Natural, but not good. Good is when we eliminate class, not enjoy its
stratification.

------
navait
> Evan Snow, a thirtysomething “user experience design professional”..., who
> had moved to the neighbourhood about six months earlier (and who has since
> departed for a more suburban environment)

> Snow never seemed to recognise that his out-of-control dog was the
> aggressor: “So Luna was, I think, looking to move around the benches or
> behind me to run up happily to get a chip from Mr Nieto. Mr Nieto became
> further – what’s the right word? – distressed, moving very quickly and
> rapidly left to right, trying to keep his chips away from Luna. He ran down
> to these benches and jumped up on the benches, my dog following. She was at
> that point vocalising, barking, or kind of howling.”

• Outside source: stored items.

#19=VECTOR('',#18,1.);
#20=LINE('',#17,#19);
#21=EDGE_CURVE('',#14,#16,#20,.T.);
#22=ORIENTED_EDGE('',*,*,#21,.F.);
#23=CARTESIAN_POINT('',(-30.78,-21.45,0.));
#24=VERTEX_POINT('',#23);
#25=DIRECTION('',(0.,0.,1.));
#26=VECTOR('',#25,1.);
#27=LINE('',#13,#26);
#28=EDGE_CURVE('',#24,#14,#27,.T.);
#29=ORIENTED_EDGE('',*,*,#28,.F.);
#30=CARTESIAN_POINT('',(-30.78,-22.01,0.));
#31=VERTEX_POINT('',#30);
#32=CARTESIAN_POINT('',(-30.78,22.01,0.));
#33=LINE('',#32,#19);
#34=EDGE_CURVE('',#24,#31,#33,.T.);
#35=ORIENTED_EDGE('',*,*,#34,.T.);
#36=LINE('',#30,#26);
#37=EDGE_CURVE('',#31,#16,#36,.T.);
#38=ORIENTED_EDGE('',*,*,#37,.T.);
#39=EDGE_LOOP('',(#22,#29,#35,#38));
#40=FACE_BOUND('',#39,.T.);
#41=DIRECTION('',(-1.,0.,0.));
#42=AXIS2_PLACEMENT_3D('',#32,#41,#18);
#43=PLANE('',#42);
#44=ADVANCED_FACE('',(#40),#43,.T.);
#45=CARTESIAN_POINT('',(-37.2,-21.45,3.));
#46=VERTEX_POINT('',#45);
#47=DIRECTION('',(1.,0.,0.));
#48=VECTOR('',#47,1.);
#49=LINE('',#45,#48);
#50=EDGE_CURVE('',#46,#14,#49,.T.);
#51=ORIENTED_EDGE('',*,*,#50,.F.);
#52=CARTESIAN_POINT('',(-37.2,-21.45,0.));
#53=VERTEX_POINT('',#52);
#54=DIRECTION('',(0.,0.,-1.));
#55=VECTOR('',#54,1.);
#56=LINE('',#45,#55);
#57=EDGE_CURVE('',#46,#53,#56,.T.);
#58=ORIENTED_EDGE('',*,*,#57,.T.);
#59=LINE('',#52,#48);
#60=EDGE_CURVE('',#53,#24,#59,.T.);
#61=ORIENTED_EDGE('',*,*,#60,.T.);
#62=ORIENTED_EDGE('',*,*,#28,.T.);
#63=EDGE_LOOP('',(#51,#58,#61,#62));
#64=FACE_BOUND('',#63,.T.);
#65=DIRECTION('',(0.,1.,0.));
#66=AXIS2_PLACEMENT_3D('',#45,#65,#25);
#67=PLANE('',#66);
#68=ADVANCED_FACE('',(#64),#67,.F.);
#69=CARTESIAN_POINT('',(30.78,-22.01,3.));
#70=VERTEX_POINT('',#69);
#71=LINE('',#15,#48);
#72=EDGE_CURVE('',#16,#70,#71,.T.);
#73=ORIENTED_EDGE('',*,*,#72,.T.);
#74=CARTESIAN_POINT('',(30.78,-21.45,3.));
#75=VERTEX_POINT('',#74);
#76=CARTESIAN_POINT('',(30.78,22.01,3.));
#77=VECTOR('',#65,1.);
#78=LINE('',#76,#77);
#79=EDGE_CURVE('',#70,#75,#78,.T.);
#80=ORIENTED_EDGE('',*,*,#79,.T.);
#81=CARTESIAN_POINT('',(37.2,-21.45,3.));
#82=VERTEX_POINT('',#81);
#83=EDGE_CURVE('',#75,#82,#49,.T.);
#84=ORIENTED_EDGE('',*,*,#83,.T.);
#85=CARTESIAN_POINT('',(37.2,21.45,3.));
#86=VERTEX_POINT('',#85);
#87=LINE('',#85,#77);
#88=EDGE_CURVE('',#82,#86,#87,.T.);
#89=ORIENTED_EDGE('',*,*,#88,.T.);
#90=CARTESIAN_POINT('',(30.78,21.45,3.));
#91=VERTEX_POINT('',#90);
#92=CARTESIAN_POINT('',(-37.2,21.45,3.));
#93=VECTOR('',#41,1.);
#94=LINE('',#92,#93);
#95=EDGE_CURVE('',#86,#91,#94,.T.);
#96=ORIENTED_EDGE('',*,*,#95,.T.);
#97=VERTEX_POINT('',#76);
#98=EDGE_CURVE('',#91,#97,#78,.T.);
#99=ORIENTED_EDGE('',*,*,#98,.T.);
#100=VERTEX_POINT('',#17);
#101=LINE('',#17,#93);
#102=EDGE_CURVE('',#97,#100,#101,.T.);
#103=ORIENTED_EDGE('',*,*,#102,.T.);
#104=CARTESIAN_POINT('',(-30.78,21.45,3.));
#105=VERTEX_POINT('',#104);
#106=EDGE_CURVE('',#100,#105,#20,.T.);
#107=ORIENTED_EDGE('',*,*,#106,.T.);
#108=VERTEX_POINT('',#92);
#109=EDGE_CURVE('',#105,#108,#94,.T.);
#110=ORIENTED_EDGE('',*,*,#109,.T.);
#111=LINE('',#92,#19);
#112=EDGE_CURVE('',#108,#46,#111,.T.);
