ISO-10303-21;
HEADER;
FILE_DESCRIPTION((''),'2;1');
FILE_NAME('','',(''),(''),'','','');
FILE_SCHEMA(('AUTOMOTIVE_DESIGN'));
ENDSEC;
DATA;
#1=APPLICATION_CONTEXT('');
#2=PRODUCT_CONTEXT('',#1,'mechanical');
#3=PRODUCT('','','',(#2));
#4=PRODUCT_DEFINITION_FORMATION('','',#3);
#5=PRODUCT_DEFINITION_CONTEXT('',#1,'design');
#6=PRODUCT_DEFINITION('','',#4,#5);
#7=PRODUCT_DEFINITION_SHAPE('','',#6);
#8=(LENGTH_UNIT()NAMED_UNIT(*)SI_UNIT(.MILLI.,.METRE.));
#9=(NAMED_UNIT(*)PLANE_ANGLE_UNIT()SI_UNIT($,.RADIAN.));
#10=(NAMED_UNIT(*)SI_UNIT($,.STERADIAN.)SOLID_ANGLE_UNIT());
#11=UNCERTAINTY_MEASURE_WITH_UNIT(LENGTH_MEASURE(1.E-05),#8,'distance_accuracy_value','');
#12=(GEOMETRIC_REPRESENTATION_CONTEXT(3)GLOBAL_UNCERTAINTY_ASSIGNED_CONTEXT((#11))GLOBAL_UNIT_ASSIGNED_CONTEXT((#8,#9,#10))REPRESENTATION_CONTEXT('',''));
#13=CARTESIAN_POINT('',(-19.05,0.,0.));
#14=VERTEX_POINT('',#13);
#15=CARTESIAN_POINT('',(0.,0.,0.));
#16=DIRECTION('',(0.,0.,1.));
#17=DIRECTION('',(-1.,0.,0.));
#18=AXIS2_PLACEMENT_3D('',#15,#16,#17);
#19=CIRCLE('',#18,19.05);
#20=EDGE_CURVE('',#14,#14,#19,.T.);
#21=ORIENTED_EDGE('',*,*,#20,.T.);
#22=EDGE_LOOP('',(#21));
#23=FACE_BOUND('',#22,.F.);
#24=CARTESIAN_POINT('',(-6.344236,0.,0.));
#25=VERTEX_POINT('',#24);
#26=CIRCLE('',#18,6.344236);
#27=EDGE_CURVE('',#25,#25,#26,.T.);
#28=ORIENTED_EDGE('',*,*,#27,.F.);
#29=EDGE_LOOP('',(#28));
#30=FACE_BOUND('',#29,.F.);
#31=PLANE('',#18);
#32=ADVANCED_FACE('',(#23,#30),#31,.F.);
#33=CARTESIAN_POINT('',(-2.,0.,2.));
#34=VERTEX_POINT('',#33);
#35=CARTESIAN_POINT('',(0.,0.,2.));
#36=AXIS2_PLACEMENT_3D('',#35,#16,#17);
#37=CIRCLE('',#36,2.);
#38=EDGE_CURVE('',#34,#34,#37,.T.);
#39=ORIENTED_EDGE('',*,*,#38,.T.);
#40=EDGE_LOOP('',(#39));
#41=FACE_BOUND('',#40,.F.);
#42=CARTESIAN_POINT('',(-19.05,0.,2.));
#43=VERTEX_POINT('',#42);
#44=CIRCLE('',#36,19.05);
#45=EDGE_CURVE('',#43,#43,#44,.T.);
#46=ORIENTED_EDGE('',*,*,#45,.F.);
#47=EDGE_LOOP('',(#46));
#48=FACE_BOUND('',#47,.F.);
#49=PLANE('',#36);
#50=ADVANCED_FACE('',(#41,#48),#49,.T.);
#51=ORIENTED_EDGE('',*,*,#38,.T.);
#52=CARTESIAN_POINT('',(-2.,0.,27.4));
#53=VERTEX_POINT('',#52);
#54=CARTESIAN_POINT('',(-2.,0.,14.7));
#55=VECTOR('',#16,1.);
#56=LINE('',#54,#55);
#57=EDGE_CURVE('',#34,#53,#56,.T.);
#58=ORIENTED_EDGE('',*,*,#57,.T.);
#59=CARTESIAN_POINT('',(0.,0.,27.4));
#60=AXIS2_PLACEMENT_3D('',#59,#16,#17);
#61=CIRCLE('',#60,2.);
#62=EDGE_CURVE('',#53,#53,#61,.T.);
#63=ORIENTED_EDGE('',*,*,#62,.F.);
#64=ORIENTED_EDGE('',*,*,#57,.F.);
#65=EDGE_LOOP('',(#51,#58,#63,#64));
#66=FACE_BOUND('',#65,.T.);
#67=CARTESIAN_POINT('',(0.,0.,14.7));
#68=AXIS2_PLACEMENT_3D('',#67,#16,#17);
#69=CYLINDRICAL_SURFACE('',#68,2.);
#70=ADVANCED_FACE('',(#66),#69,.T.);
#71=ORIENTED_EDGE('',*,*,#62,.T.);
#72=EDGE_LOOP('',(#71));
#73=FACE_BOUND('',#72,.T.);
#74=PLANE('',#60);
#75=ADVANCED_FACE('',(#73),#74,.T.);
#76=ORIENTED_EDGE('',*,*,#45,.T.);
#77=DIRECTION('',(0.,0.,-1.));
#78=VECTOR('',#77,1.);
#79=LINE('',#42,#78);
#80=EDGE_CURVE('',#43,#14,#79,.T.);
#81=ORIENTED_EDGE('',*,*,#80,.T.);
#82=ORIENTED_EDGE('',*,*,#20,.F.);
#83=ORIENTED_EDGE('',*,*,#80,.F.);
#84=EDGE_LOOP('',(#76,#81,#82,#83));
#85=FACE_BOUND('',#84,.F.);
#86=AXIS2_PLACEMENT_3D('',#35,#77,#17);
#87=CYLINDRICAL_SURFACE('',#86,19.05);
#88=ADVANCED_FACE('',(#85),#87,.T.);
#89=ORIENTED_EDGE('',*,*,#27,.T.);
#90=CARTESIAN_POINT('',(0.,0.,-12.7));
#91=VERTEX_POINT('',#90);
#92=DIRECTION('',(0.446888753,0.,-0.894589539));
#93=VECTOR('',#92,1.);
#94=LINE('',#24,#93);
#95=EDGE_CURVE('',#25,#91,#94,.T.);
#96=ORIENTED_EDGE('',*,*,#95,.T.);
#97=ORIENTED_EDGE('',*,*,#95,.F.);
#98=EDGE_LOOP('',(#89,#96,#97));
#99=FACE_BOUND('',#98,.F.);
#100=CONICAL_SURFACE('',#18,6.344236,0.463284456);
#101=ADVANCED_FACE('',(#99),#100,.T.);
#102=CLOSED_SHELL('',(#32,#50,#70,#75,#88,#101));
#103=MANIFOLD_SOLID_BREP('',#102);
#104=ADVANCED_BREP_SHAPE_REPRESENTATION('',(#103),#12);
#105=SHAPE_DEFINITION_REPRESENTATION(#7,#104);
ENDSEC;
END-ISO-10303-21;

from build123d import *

# Parameters (mm, degrees)
F0_W = 2
F0_H = 25.4


with BuildPart() as f1:
    # F0 (on Front) → F1 (revolve)
    with BuildSketch(Plane.XZ):
        Polygon((0, -12.7), (0, 0), (-6.344236, 0), align=None)
        Polygon((-6.344236, 0), (0, 0), (0, 2), (-2, 2), (-19.05, 2), (-19.05, 0), align=None)
        with Locations((-1, 14.7)):
            Rectangle(F0_W, F0_H)
    revolve(axis=Axis((0, 0, 14.7), (0, 0, 1)))


solid = f1.part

>– in his deposition for the case, under oath, his exact words were that he
was distracted by a female “jogger’s butt”. “I can imagine that somebody would
– could assume the dog was being aggressive at that point,” Snow said. The dog
did not come when he called, but kept barking. Nieto, Snow says, then pulled
back his jacket and took his Taser out, briefly pointing at the distant dog-
owner before he pointed it at the dog baying at his feet. The two men yelled
at each other, and Snow apparently used a racial slur, but would not later
give the precise word. As he left the park, he texted a friend about the
incident. His text, according to his testimony, said, “in another state like
Florida, I would have been justified in shooting Mr Nieto that night”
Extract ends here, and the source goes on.